■ **WORK INSTRUCTION**:
Exactly as written, transcribe each line of the listing.

■ **DATA FOR THIS TASK**:
________________
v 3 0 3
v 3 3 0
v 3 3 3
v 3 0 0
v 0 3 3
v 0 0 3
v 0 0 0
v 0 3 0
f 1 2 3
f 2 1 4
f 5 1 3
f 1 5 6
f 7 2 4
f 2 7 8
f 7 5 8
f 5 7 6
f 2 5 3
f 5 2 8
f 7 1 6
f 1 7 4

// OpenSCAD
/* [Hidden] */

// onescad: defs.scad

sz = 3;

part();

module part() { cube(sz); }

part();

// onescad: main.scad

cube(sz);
________________
■ **SOLUTION FOR THIS EXERCISE**:
v 3 0 3
v 3 3 0
v 3 3 3
v 3 0 0
v 0 3 3
v 0 0 3
v 0 0 0
v 0 3 0
f 1 2 3
f 2 1 4
f 5 1 3
f 1 5 6
f 7 2 4
f 2 7 8
f 7 5 8
f 5 7 6
f 2 5 3
f 5 2 8
f 7 1 6
f 1 7 4

// OpenSCAD
/* [Hidden] */

// onescad: defs.scad

sz = 3;

part();

module part() { cube(sz); }

part();

// onescad: main.scad

cube(sz);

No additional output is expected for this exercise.